Purification and kinetic properties of two soluble forms of calmodulin-dependent cyclic nucleotide phosphodiesterase from rat pancreas.

The calmodulin-dependent cyclic AMP phosphodiesterase and cyclic GMP phosphodiesterase (EC 3.1.4.17) activity of rat pancreas was purified 280-fold by affinity chromatography on calmodulin-Sepharose 4B. It then accounted for 15% of the total cytosol cyclic GMP nucleotide phosphodiesterase activity, in the presence of Ca2+, and represented a minor component of proteins specifically adsorbed by the column. This activity was resolved on a DEAE-Sephacel column into two fractions, termed PI and PII, on the basis of their order of emergence. After this step, PI and PII were purified 5650- and 3700-fold respectively. The molecular weight of PI was 175 000 and that of PII was 116 000, by polyacrylamide-gradient-gel electrophoresis. Both forms of phosphodiesterase could hydrolyse cyclic AMP and cyclic GMP, although PII displayed a higher affinity toward cyclic GMP than toward cyclic AMP. PI and PII exhibited negative homotropic kinetics in the absence of calmodulin.
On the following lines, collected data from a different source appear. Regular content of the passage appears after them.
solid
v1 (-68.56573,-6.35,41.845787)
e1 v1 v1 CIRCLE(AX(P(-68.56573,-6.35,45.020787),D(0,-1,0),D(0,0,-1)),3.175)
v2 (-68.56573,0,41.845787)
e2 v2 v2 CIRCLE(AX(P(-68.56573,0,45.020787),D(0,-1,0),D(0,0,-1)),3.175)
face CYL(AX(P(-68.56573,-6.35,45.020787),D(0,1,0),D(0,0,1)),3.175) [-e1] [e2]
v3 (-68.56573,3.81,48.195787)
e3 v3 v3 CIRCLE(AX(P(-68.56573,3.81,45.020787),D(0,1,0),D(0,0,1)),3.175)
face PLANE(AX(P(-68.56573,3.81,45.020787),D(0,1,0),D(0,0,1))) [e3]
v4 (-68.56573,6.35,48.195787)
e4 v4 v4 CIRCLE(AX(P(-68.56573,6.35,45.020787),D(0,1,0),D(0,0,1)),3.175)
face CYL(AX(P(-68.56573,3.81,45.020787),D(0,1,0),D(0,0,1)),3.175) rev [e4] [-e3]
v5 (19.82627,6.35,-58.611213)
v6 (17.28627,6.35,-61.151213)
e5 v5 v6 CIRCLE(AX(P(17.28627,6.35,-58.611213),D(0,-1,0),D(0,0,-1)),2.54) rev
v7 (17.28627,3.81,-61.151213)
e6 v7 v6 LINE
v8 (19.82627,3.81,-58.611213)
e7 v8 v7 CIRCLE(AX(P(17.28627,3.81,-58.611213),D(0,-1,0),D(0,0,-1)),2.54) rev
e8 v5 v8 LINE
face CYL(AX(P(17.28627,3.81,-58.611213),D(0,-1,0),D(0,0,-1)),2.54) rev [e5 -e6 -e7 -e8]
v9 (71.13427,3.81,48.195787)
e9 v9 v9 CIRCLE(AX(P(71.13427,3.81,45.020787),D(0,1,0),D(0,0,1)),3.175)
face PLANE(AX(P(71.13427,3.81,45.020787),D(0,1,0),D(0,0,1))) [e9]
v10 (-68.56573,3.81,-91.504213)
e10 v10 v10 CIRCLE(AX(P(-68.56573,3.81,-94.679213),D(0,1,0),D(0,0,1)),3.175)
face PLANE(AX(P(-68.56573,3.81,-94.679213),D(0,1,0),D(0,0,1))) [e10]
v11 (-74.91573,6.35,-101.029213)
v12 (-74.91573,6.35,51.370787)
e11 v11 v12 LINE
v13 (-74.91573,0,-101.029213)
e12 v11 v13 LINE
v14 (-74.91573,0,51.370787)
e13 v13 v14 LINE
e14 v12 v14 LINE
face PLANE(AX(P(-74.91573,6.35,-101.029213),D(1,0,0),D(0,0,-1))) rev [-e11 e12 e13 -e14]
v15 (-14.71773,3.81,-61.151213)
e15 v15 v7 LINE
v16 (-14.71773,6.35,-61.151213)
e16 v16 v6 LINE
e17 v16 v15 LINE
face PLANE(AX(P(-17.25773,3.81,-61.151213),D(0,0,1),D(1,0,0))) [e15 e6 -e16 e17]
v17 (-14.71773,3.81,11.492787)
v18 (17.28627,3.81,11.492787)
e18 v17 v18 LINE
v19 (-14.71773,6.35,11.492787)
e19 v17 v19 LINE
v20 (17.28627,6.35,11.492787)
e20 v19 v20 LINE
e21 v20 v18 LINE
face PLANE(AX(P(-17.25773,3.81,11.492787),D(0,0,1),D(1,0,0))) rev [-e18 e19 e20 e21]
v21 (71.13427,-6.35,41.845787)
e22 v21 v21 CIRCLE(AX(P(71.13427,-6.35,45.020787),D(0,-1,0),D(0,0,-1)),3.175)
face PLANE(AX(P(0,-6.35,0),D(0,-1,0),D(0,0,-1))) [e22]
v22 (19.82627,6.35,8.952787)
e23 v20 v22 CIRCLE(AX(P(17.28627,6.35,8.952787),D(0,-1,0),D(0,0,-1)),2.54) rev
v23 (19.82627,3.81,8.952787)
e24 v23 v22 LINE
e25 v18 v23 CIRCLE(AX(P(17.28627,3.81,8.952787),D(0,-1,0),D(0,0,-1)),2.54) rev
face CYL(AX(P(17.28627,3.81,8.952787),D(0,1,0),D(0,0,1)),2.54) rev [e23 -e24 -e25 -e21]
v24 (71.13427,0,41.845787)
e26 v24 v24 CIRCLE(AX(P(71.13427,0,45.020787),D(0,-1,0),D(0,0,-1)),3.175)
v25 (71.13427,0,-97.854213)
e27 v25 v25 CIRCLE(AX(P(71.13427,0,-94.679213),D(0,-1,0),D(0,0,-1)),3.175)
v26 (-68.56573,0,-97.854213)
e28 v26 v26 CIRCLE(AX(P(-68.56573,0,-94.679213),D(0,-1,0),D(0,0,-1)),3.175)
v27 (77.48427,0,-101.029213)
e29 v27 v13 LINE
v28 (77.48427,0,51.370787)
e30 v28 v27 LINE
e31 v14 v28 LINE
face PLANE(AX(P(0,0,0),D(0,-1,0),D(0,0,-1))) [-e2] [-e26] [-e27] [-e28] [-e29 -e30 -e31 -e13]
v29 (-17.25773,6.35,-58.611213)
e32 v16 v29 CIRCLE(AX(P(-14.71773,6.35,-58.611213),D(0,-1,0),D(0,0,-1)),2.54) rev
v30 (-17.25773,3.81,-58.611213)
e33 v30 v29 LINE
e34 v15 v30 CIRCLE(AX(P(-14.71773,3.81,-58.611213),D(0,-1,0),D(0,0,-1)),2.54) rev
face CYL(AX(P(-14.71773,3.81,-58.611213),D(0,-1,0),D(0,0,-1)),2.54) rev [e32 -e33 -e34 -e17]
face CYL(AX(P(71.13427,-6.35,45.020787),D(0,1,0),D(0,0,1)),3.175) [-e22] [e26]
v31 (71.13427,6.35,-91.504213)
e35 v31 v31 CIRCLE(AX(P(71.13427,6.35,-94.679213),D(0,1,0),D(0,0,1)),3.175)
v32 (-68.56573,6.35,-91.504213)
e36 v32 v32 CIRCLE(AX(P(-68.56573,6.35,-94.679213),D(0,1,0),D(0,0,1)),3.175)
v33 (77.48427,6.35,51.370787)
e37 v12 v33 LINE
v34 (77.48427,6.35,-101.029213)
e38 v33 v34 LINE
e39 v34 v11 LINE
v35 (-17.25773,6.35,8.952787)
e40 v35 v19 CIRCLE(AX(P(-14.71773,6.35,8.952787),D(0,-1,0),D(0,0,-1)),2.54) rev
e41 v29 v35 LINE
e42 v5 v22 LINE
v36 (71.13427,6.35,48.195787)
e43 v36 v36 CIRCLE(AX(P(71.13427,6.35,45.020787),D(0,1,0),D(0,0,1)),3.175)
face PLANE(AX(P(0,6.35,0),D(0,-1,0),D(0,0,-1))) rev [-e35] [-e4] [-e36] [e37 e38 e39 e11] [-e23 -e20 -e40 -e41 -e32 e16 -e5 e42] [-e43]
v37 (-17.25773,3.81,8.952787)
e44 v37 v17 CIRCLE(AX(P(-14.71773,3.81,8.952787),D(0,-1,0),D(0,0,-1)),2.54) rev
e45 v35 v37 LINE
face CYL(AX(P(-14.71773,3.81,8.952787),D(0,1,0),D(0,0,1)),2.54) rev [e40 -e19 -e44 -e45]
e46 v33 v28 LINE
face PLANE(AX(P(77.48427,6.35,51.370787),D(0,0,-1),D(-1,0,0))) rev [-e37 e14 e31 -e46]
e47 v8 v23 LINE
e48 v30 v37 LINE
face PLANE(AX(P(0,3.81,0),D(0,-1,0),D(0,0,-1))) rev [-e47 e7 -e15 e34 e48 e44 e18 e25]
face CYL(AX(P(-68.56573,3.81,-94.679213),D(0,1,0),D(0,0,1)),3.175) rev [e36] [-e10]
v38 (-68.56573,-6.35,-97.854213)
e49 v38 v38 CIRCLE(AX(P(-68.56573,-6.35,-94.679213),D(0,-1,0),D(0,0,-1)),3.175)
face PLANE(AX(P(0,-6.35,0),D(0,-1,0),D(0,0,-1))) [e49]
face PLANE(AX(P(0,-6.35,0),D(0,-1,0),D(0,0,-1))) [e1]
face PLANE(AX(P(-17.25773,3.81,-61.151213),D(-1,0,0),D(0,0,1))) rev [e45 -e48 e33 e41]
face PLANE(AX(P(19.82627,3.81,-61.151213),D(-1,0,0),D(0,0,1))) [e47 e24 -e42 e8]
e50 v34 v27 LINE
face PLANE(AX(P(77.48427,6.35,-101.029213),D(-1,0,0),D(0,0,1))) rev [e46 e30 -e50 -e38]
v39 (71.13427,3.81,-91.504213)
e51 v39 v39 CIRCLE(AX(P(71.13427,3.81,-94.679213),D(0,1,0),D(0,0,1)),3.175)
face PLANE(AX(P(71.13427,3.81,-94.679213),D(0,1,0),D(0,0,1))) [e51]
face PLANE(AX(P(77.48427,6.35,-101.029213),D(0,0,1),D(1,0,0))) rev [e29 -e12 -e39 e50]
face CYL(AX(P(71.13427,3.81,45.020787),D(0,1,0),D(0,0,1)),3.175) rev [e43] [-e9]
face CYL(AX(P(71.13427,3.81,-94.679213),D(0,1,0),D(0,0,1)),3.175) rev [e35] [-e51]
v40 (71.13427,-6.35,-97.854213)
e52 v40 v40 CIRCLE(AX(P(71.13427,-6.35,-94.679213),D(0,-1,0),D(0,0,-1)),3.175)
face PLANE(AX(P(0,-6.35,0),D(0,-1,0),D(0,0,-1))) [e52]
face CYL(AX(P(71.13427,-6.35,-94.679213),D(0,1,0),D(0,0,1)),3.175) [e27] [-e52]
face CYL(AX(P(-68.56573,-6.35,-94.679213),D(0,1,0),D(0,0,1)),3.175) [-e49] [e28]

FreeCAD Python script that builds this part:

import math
import FreeCAD as App
import Part
import Sketcher
from FreeCAD import Vector
Q = App.Units.Quantity


def edges_at(feature, points):
    """Names of the edges that pass closest to the given points."""
    edges = feature.Shape.Edges
    near = lambda p: min(range(len(edges)), key=lambda i: edges[i].distToShape(Part.Vertex(*p))[0])
    return sorted({f"Edge{near(p) + 1}" for p in points})


def add_polygon(sketch, points):
    """Adds a closed chain of lines whose ends are joined by coincident constraints."""
    first, n = sketch.GeometryCount, len(points)
    for a, b in zip(points, points[1:] + points[:1]):
        sketch.addGeometry(Part.LineSegment(App.Vector(*a, 0), App.Vector(*b, 0)), False)
    for i in range(n):
        sketch.addConstraint(Sketcher.Constraint("Coincident", first + i, 2, first + (i + 1) % n, 1))

doc = App.newDocument("Part")
body = doc.addObject("PartDesign::Body", "Body")

# Sketch on XZ plane
sketch1 = body.newObject("Sketcher::SketchObject", "Sketch")
sketch1.AttachmentSupport = (doc.getObject("XZ_Plane"), [""])
sketch1.MapMode = "FlatFace"
add_polygon(sketch1, [(-74.91573, -101.029213), (-74.91573, 51.370787), (77.48427, 51.370787), (77.48427, -101.029213)])  # lines 0-3
sketch1.addConstraint([
    Sketcher.Constraint("Vertical", 0),
    Sketcher.Constraint("Horizontal", 1),
    Sketcher.Constraint("Vertical", 2),
    Sketcher.Constraint("Horizontal", 3),
    Sketcher.Constraint("Equal", 3, 0),
    Sketcher.Constraint("DistanceX", 1, 1, 1, 2, Q("6 in")),
    Sketcher.Constraint("DistanceX", 0, 2, -1, 1, 74.91573),
    Sketcher.Constraint("DistanceY", -1, 1, 0, 2, 51.370787),
])
pad1 = body.newObject("PartDesign::Pad", "Pad")
pad1.Profile = sketch1
pad1.Length = Q("0.25 in")
pad1.Reversed = True

# Sketch on XZ plane
sketch2 = body.newObject("Sketcher::SketchObject", "Sketch001")
sketch2.AttachmentSupport = (doc.getObject("XZ_Plane"), [""])
sketch2.MapMode = "FlatFace"
sketch2.addGeometry([
    Part.ArcOfCircle(Part.Circle(Vector(71.13427, -94.679213, 0), Vector(0, 0, 1), 3.175), math.radians(-90), math.radians(90)),  # 0
    Part.ArcOfCircle(Part.Circle(Vector(71.13427, -94.679213, 0), Vector(0, 0, 1), 3.175), math.radians(90), math.radians(180)),  # 1
    Part.ArcOfCircle(Part.Circle(Vector(71.13427, -94.679213, 0), Vector(0, 0, 1), 3.175), math.radians(-180), math.radians(-90)),  # 2
    Part.ArcOfCircle(Part.Circle(Vector(-68.56573, -94.679213, 0), Vector(0, 0, 1), 3.175), math.radians(-90), math.radians(90)),  # 3
    Part.ArcOfCircle(Part.Circle(Vector(-68.56573, -94.679213, 0), Vector(0, 0, 1), 3.175), math.radians(90), math.radians(180)),  # 4
    Part.ArcOfCircle(Part.Circle(Vector(-68.56573, -94.679213, 0), Vector(0, 0, 1), 3.175), math.radians(-180), math.radians(-90)),  # 5
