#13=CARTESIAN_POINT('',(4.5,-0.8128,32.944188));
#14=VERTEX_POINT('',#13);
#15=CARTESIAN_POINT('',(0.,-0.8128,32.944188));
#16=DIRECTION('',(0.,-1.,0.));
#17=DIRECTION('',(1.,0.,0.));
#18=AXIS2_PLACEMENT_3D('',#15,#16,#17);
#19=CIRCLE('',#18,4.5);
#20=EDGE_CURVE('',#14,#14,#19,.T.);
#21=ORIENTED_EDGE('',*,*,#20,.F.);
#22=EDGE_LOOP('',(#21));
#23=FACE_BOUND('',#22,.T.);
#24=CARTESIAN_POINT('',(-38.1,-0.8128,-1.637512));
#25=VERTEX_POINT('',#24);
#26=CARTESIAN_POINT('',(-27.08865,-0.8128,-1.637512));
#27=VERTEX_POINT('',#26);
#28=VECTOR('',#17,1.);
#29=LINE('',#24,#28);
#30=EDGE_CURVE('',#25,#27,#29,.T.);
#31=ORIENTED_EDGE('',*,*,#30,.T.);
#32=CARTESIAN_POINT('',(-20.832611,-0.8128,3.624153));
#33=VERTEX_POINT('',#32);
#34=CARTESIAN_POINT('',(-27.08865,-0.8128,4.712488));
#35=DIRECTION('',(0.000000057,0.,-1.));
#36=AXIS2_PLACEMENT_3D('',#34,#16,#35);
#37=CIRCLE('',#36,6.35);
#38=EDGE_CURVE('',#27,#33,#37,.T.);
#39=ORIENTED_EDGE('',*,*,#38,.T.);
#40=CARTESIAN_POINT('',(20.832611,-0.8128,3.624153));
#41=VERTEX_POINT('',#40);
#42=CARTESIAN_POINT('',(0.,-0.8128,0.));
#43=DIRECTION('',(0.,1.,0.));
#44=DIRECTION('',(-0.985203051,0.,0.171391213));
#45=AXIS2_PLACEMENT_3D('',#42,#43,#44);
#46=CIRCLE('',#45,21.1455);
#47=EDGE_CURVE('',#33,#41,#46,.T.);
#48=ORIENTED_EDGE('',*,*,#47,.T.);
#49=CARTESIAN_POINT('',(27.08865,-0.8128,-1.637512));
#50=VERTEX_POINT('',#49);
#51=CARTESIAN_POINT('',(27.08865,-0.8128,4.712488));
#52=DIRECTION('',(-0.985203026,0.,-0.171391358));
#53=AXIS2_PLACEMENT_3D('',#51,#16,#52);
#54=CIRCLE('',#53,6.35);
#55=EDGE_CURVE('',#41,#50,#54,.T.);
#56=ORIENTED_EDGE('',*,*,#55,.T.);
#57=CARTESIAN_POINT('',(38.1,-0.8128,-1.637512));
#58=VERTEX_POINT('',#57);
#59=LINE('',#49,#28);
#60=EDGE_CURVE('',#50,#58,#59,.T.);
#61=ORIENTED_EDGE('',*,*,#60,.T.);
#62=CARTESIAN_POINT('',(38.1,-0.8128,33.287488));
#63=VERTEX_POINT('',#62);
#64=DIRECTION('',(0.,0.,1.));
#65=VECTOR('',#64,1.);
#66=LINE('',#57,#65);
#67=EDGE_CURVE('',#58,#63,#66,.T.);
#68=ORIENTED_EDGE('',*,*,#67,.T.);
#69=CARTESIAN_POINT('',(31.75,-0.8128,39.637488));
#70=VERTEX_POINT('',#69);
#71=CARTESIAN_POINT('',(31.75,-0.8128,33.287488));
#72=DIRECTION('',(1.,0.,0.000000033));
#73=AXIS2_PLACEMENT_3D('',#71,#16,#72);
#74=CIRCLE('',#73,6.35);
Upon addition of calmodulin, both enzymes displayed Michaelis-Menten kinetics and a 5-9-fold increase in maximal velocity, at physiological concentrations of cyclic GMP and cyclic AMP. When a pancreatic extract freshly purified by affinity chromatography was immediately analysed by high-performance gel-permeation chromatography on a TSK gel G3000 SW column, PII represented as much as 78% of the eluted activity. This percentage decreased to 52% when the sample was stored at 0 degrees C for 20 h before analysis, suggesting that PII, possibly predominant in vivo, was converted into the heavier PI form upon storage.